In the absence of the written agreement (dated August 24, 1984) entered into by counsel for the complainants and counsel for the respondents, the complainants would be precluded from adducing, as reply evidence, evidence which is merely confirmatory of evidence called by the complainants concerning the May 12, 1983 meeting as part of their case in chief. Although it is far from certain that paragraph 1(b) of that agreement was intended to change that situation, that paragraph is somewhat ambiguous and can arguably be construed to permit such evidence to be adduced by the complainants as reply evidence, and by the respondents as what has been described by counsel as "surrebuttal evidence", following such reply evidence, as contended by counsel for the complainants. Under the circumstances, we are prepared to adopt that approach in the interests of fairness and in order to avoid any possibility of surprise to the complainants or respondents.
- At 2:00 p.m. on February 8, 1985, the Board ruled as follows:
Having considered the submissions of the parties, we are not satisfied that the evidence concerning the meeting of September 8, 1983 which complainant's counsel seeks to adduce as reply evidence through Gerry Varrichio could not, through the exercise of due diligence, have been adduced as part of their case in chief, as was done through the testimony of Frank Garrett on October 18, l984, particularly in view of the fact that Mr. Minsky notified Mr. Carrett during cross-examination that he intended to call Dan D'Andrea to contradict Mr. Carrett's evidence in respect of that matter. Failing that, we are not satisfied that through the exercise of due diligence, in preparing for his cross-examination of Dan D'Andrea, complainant's counsel could not have placed himself in a position to satisfy the requirements of the rule of Browne v. Dunn in respect of that evidence. In this regard, we note that at the request of complainants' counsel, the hearing was recessed on December 12, 1984 one and one half hours in advance of the time to which the Board had earlier indicated it was prepared to sit, in order to afford complainants' counsel time to prepare for his cross-examination of Dan D'Andrea. When the hearing resumed on the following morning, complainants' counsel made no suggestion that he had not had sufficient time to prepare for that cross-examination or to explore any appropriate avenues of investigation with respect to it. Accordingly, we are of the view that this evidence cannot properly be called in reply, either on the basis of the rule which precludes a complainant from splitting his case, or on the basis of the rule in Browne v. Dunn, as explained in our earlier ruling today. Accordingly, Mr. Minsky's objection is upheld.

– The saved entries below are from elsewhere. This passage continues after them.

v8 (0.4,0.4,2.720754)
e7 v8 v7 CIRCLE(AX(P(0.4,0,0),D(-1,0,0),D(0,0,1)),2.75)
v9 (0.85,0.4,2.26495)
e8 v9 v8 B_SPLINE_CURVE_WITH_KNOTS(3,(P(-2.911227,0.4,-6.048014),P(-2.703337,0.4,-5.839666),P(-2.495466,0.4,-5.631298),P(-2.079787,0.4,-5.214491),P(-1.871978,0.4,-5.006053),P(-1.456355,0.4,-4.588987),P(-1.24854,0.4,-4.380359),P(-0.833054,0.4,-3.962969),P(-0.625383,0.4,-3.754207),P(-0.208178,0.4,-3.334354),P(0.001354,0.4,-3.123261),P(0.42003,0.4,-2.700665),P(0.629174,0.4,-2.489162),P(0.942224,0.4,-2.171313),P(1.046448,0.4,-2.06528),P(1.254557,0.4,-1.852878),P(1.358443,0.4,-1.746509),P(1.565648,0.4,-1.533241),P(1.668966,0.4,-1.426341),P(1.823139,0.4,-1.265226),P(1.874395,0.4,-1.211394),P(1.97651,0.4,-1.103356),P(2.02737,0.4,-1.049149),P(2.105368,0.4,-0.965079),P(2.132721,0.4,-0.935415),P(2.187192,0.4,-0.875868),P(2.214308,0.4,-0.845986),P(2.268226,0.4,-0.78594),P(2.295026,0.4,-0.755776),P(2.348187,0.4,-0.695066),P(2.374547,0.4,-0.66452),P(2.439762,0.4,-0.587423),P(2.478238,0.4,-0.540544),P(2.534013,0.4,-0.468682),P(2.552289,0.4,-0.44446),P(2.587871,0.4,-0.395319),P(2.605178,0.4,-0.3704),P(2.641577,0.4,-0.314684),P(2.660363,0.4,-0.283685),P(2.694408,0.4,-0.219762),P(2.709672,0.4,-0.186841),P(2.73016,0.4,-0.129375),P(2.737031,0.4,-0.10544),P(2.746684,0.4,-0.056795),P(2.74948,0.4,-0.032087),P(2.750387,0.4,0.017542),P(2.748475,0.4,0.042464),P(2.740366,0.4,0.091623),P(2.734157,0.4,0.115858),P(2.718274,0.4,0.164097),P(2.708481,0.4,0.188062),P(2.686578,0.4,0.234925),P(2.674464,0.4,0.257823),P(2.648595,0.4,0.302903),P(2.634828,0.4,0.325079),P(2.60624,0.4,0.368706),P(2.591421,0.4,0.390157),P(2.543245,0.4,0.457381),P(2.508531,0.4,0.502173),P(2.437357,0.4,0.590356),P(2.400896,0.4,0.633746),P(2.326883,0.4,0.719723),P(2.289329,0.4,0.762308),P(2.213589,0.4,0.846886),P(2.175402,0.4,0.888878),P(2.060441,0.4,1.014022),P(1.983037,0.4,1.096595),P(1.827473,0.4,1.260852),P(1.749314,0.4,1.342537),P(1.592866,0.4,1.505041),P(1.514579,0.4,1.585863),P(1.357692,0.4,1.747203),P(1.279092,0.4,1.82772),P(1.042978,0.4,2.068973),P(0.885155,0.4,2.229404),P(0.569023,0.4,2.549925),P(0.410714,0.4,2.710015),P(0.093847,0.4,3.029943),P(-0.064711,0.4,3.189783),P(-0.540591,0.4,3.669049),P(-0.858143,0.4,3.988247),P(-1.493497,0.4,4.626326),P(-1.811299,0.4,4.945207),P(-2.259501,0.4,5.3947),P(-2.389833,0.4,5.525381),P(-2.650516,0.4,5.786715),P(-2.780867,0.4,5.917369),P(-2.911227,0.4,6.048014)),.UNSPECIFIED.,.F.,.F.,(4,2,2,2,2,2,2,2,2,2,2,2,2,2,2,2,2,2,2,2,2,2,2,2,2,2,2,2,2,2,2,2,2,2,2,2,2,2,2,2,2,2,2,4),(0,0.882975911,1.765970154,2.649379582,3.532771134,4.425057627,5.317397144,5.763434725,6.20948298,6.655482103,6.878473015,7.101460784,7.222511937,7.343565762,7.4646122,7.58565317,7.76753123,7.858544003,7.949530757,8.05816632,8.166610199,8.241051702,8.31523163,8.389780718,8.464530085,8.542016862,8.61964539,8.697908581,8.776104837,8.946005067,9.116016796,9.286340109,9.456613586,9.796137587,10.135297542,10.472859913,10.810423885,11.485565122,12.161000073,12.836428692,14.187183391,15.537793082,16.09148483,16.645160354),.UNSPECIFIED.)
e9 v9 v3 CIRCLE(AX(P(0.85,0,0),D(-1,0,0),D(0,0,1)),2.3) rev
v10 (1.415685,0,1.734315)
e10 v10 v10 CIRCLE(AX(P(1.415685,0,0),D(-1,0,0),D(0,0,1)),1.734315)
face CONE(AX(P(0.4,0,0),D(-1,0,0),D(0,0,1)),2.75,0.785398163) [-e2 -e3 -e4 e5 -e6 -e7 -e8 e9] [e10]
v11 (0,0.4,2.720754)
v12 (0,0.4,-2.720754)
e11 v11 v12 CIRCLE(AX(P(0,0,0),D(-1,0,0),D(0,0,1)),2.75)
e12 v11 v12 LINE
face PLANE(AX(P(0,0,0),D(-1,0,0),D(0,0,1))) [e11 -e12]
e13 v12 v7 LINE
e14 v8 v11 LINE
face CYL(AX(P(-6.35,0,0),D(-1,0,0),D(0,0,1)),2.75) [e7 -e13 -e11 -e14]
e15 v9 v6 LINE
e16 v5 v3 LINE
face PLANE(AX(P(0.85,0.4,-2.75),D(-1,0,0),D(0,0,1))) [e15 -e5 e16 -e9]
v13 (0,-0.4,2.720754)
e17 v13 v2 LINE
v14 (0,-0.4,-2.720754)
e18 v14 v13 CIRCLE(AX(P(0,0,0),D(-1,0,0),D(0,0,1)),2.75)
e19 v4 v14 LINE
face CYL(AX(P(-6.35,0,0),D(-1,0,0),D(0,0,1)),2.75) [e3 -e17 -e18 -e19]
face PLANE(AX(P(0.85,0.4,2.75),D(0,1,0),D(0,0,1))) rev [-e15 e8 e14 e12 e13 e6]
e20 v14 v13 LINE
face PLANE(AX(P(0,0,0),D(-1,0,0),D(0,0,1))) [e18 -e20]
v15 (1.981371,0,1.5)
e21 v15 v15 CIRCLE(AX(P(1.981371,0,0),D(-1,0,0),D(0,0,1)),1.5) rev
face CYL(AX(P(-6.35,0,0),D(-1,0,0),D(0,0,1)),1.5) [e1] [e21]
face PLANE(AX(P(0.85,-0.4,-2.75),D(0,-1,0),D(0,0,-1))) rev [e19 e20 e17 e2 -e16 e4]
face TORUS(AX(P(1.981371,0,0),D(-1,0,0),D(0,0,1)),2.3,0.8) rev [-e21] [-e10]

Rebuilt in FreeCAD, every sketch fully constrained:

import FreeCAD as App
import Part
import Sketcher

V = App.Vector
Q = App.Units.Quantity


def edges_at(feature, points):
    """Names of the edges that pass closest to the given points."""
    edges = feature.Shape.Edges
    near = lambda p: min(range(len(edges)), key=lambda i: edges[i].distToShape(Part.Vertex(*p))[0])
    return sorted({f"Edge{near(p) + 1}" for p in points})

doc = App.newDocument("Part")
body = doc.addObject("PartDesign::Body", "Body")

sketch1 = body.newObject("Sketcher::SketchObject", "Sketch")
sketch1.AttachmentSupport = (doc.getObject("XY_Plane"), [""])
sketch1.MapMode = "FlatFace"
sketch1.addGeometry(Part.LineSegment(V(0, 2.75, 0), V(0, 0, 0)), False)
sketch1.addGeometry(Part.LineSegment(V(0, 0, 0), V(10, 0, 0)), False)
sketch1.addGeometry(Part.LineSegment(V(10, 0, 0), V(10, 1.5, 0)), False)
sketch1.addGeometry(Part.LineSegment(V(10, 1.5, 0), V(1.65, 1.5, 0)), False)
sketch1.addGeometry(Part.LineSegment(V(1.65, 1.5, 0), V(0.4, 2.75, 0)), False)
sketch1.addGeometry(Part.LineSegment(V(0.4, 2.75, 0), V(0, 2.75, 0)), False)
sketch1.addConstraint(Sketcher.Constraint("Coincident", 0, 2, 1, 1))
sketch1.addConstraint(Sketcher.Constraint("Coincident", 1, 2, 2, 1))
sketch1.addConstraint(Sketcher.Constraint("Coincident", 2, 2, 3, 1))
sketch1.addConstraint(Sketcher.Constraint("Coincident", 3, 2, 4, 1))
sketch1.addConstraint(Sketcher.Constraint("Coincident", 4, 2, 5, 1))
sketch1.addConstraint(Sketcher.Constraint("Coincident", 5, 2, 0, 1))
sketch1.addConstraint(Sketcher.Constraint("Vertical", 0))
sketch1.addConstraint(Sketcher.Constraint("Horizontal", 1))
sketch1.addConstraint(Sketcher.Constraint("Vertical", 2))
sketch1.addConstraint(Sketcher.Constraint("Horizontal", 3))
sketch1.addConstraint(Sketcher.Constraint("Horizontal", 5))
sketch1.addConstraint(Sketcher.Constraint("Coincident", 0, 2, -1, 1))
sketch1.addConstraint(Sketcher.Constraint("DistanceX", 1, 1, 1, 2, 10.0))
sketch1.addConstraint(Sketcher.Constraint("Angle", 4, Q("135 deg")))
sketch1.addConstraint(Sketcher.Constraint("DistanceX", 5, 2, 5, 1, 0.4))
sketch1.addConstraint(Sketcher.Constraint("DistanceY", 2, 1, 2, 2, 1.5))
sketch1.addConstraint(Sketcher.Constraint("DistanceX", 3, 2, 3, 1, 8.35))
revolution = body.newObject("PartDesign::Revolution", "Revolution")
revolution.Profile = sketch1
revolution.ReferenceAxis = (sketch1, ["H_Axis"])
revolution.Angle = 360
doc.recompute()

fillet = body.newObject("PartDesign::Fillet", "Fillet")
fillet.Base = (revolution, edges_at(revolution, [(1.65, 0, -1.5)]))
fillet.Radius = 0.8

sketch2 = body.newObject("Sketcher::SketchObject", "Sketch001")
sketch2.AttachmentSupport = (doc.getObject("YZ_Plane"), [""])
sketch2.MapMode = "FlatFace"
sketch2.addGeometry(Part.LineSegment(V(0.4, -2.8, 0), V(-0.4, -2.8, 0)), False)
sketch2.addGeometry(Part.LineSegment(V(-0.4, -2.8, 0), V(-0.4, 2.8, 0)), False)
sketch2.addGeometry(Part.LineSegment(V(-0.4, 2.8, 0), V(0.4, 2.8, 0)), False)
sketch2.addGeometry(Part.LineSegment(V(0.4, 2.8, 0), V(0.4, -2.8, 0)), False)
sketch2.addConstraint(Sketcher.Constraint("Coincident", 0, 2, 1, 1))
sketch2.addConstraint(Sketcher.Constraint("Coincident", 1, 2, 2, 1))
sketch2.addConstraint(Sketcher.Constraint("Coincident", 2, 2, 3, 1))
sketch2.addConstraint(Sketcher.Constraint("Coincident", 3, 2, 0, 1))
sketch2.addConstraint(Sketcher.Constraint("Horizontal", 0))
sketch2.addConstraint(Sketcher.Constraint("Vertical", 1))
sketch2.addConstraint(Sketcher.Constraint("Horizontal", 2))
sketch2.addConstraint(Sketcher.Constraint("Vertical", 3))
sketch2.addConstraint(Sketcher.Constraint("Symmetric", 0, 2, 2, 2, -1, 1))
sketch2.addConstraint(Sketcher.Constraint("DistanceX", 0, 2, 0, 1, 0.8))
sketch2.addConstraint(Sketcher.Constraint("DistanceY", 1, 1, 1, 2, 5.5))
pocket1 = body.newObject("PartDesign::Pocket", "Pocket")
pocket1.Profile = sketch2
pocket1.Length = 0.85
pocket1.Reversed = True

- At approximately 2:45 p.m. on February 8, 1985, the Board made the following ruling, after recessing to consider the submissions of the parties:
Counsel for the complainants seeks to adduce, as reply evidence, evidence that the respondent Rocco D'Andrea "offered office and position to certain people if they could get this case terminated". Complainants' counsel concedes that the alleged attempt was unsuccessful. The only basis on which he suggests that this evidence is relevant is, in effect, that a respondent would not seek to resolve a case in such manner unless he had violated the Labour Relations Act. However, we view that to be a non sequitur; settlement efforts take place not only in respect of cases which would be lost if litigated, but also in respect of cases which would be won, as the cost of litigation, particularly in protracted cases of this type, is a factor which generally prompts parties to consider settlement. While we certainly would not condone activity of the type alleged by complainants' counsel, and while it may be that it could appropriately form the basis for other proceedings, we are not persuaded that it legitimately forms any part of the subject matter of these proceedings.